Low 2F11 in frontal and occipital white matter could indicate widespread axonal disruption in FTD. However, more research is needed to validate these preliminary observations. We are performing additional analyses to investigate pathophysiologic contributions to postmortem WMH in FTD.

Authors/Disclosures
Scott McGinnis, MD (Brigham and Women'S Hospital) PRESENTER	Dr. McGinnis has received personal compensation in the range of $500-$4,999 for serving as a Consultant for Eisai.

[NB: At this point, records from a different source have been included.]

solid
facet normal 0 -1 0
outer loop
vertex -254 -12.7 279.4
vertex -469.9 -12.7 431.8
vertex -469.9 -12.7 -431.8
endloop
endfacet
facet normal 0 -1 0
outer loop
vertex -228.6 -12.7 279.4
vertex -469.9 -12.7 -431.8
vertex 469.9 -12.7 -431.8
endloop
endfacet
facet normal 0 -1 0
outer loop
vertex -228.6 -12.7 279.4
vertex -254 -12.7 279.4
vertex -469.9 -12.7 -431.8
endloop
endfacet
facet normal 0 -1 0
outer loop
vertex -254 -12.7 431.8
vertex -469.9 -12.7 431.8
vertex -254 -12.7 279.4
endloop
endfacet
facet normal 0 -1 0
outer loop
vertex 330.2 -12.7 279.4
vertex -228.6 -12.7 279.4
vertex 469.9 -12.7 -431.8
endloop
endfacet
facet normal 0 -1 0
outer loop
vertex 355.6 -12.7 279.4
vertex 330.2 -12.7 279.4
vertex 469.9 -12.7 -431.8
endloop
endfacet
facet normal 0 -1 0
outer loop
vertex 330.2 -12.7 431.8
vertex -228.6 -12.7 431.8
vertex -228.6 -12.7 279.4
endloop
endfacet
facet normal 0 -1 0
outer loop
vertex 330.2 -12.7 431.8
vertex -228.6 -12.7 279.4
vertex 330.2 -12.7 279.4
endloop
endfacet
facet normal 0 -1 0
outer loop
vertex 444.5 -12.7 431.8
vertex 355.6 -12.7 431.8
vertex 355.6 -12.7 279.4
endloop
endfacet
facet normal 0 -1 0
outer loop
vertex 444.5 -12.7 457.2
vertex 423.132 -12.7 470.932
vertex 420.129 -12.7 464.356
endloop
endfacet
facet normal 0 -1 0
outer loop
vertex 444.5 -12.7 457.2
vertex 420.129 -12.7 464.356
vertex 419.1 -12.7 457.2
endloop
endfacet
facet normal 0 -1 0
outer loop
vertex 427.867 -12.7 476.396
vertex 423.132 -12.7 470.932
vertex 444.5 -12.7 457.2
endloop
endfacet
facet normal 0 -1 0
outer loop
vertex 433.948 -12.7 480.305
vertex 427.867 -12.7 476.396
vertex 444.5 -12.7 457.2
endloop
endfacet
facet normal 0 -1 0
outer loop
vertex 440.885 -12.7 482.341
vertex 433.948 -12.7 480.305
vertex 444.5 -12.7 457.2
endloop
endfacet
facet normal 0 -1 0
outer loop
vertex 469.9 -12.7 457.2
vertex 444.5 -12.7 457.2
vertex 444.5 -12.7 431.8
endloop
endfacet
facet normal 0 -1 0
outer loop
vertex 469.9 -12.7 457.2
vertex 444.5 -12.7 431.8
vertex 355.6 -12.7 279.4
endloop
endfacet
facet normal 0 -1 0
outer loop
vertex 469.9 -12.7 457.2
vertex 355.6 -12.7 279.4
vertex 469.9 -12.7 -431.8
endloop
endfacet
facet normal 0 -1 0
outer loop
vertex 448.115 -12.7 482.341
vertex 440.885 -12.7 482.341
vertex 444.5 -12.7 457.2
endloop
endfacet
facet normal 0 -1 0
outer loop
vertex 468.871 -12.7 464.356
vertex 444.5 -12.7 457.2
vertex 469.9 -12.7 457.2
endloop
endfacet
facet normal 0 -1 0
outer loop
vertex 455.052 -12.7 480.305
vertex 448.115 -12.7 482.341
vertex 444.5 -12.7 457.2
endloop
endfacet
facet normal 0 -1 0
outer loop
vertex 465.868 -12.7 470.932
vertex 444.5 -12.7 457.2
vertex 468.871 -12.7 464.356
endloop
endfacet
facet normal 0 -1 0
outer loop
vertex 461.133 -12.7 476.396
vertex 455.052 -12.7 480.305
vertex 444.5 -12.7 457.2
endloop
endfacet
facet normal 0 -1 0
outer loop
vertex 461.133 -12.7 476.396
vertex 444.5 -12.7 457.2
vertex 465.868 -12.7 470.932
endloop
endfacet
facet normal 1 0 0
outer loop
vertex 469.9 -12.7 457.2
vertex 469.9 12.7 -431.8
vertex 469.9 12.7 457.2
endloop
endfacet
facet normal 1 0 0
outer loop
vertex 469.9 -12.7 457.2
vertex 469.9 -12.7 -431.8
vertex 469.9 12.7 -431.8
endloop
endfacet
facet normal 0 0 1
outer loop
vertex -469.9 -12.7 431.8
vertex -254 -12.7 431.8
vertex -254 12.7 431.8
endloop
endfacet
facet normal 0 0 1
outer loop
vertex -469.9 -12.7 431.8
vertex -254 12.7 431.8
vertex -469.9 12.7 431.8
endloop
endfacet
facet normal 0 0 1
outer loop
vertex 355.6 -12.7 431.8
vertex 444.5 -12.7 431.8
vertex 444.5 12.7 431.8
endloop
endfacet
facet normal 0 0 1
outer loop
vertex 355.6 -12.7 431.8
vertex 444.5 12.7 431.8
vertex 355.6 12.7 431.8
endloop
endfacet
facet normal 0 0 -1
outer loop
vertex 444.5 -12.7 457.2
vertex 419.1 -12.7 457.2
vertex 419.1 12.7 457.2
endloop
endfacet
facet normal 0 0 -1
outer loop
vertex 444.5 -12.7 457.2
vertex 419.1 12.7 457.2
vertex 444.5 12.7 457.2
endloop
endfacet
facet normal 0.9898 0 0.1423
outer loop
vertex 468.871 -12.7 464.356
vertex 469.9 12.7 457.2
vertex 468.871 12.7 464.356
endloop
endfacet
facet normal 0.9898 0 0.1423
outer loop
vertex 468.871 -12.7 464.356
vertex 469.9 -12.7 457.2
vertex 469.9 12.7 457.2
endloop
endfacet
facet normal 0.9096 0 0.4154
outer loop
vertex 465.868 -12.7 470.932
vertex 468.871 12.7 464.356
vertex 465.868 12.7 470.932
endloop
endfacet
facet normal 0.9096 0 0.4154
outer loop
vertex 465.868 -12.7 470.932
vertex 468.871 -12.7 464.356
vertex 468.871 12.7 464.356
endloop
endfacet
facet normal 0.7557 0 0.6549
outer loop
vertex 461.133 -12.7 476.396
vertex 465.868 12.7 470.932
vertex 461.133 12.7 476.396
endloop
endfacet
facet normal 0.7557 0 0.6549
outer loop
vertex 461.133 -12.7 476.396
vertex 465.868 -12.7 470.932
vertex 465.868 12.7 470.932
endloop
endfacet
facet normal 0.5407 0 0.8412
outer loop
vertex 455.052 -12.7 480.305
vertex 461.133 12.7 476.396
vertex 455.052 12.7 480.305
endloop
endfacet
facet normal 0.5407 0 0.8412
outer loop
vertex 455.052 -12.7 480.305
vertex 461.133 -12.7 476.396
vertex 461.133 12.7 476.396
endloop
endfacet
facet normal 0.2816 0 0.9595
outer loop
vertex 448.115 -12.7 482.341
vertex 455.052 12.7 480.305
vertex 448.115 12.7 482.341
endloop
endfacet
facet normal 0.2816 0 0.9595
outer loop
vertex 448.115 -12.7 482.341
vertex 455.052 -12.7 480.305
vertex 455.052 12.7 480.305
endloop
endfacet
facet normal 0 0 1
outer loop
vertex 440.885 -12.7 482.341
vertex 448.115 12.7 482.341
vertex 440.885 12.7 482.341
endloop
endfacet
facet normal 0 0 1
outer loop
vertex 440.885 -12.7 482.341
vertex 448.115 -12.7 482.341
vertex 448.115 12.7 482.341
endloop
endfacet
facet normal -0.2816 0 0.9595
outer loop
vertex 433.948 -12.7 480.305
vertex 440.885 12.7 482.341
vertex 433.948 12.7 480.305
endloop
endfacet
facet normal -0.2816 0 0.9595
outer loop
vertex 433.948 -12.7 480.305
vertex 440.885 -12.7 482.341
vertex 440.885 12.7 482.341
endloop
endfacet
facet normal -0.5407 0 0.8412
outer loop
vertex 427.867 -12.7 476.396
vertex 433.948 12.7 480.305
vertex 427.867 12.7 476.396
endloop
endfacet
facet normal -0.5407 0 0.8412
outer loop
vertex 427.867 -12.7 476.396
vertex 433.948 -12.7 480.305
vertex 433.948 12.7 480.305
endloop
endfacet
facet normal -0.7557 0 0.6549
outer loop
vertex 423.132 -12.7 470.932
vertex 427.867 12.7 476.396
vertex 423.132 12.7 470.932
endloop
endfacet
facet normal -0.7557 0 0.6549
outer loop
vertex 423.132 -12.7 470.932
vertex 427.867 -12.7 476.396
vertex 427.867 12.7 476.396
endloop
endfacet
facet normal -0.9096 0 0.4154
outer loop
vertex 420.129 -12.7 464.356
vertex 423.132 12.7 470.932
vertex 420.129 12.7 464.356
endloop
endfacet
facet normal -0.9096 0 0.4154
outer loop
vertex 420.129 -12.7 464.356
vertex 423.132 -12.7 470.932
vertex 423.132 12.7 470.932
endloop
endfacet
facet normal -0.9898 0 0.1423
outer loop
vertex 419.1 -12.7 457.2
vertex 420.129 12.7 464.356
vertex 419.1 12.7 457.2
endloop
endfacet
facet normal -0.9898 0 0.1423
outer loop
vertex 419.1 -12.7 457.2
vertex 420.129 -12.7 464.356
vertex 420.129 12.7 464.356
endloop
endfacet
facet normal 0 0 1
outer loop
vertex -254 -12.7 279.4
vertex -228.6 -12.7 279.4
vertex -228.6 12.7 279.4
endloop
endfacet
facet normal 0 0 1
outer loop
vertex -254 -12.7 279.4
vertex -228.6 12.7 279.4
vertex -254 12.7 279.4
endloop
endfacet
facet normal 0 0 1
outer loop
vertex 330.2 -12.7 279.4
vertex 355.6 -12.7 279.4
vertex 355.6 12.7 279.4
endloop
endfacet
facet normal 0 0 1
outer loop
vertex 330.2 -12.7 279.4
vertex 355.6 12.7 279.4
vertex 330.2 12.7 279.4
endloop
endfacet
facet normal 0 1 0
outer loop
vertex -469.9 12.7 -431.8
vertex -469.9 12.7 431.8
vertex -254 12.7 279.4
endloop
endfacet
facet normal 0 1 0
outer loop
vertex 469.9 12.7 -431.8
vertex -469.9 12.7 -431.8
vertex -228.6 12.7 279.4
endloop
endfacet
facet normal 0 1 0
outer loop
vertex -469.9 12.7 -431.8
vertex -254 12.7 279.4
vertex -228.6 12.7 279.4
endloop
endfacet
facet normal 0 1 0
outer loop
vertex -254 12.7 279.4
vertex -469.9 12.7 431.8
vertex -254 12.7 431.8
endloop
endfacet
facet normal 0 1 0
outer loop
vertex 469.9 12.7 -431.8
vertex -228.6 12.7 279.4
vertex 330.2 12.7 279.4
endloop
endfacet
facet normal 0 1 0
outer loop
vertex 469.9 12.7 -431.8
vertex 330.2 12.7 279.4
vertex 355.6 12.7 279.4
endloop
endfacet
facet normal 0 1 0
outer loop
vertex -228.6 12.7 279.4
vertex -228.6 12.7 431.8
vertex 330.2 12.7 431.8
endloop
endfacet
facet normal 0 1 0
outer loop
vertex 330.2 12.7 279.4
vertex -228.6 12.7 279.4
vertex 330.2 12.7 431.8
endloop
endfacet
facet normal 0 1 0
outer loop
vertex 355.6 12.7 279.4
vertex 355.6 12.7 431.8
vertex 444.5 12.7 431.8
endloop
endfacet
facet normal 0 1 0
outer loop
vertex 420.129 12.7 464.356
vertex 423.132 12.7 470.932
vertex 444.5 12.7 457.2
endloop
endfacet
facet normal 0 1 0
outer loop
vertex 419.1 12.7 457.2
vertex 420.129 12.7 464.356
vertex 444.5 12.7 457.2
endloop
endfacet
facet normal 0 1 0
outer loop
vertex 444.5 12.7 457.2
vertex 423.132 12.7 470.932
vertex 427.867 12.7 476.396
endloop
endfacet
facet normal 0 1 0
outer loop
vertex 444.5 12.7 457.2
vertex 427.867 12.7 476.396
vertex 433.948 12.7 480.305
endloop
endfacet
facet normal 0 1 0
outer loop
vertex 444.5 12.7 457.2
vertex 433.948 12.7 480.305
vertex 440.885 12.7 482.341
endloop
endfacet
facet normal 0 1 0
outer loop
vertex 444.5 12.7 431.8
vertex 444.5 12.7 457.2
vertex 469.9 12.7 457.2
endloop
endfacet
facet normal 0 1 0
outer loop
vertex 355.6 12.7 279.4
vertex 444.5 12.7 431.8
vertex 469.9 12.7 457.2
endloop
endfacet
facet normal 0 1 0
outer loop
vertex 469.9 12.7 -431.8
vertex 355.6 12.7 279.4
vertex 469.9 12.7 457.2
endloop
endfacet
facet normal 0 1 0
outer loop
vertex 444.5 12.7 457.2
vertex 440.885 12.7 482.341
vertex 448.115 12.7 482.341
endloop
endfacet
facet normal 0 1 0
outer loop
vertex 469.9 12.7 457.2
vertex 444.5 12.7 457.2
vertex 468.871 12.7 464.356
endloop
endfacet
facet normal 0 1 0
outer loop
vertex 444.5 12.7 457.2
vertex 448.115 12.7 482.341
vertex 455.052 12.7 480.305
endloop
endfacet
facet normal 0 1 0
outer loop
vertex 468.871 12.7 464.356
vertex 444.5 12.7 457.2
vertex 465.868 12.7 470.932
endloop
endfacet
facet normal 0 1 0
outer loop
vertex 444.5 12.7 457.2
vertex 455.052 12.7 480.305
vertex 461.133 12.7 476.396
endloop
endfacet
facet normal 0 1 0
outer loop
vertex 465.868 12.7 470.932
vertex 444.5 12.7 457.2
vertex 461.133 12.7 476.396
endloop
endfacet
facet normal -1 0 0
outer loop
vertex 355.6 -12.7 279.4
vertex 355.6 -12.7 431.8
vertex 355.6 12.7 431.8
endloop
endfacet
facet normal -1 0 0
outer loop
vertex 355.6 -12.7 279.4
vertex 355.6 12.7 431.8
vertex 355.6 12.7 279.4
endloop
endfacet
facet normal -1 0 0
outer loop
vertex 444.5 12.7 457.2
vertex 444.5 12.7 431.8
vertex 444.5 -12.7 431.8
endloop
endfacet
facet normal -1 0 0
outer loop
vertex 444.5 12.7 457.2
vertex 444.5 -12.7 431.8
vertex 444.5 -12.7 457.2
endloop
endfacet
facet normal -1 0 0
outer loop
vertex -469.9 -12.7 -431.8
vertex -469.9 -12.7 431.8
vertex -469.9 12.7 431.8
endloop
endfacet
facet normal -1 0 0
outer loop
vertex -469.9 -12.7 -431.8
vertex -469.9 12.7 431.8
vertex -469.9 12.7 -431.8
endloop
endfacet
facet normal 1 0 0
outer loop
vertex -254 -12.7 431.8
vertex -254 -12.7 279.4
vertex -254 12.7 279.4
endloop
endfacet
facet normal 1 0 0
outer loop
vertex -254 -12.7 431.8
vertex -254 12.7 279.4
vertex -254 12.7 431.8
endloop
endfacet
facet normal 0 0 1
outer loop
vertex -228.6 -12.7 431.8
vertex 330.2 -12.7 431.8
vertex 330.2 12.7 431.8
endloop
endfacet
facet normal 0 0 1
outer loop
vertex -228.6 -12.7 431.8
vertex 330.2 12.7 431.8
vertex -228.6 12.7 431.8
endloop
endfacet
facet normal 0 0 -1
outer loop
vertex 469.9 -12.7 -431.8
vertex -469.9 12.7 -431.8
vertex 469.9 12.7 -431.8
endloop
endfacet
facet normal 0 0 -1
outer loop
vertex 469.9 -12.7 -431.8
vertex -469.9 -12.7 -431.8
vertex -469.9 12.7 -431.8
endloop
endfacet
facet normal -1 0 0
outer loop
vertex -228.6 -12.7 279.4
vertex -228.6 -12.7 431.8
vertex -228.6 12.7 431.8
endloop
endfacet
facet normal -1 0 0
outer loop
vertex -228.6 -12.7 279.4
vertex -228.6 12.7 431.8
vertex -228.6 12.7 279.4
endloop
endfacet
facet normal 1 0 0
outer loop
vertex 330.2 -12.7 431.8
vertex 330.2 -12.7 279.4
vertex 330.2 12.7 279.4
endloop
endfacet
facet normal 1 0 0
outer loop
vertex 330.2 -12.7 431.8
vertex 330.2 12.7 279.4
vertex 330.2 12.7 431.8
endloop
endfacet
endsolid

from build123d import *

# Parameters (mm, degrees)
F0_W     = 25.4
F0_H     = 25.4
F1_DEPTH = 12.7


with BuildPart() as f1:
    # F0 (on Front) → F1 (new body, symmetric)
    with BuildSketch(Plane.XZ):
        with BuildLine():
            Line((444.5, 457.2), (469.9, 457.2))
            ThreePointArc((469.9, 457.2), (444.5, 482.6), (419.1, 457.2))
            Line((419.1, 457.2), (444.5, 457.2))
        make_face()
        with Locations((457.2, 444.5)):
            Rectangle(F0_W, F0_H)
        Polygon((469.9, -431.8), (469.9, 431.8), (444.5, 431.8), (355.6, 431.8), (355.6, 279.4), (330.2, 279.4), (330.2, 431.8), (-228.6, 431.8), (-228.6, 279.4), (-254, 279.4), (-254, 431.8), (-469.9, 431.8), (-469.9, -431.8), align=None)
    extrude(amount=F1_DEPTH, both=True)


solid = f1.part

Kimiko Domoto-Reilly, MD	Dr. Domoto-Reilly has received personal compensation in the range of $500-$4,999 for serving on a Speakers Bureau for MedBridge. The institution of Dr. Domoto-Reilly has received research support from Lawson Health Research Institute. The institution of Dr. Domoto-Reilly has received research support from NIH. The institution of Dr. Domoto-Reilly has received research support from Biogen. The institution of Dr. Domoto-Reilly has received research support from Lewy Body Dementia Association. The institution of Dr. Domoto-Reilly has received research support from Garvey Institute for Brain Health Solutions. The institution of Dr. Domoto-Reilly has received research support from Cognition Therapeutics. The institution of Dr. Domoto-Reilly has received research support from Takayama Family.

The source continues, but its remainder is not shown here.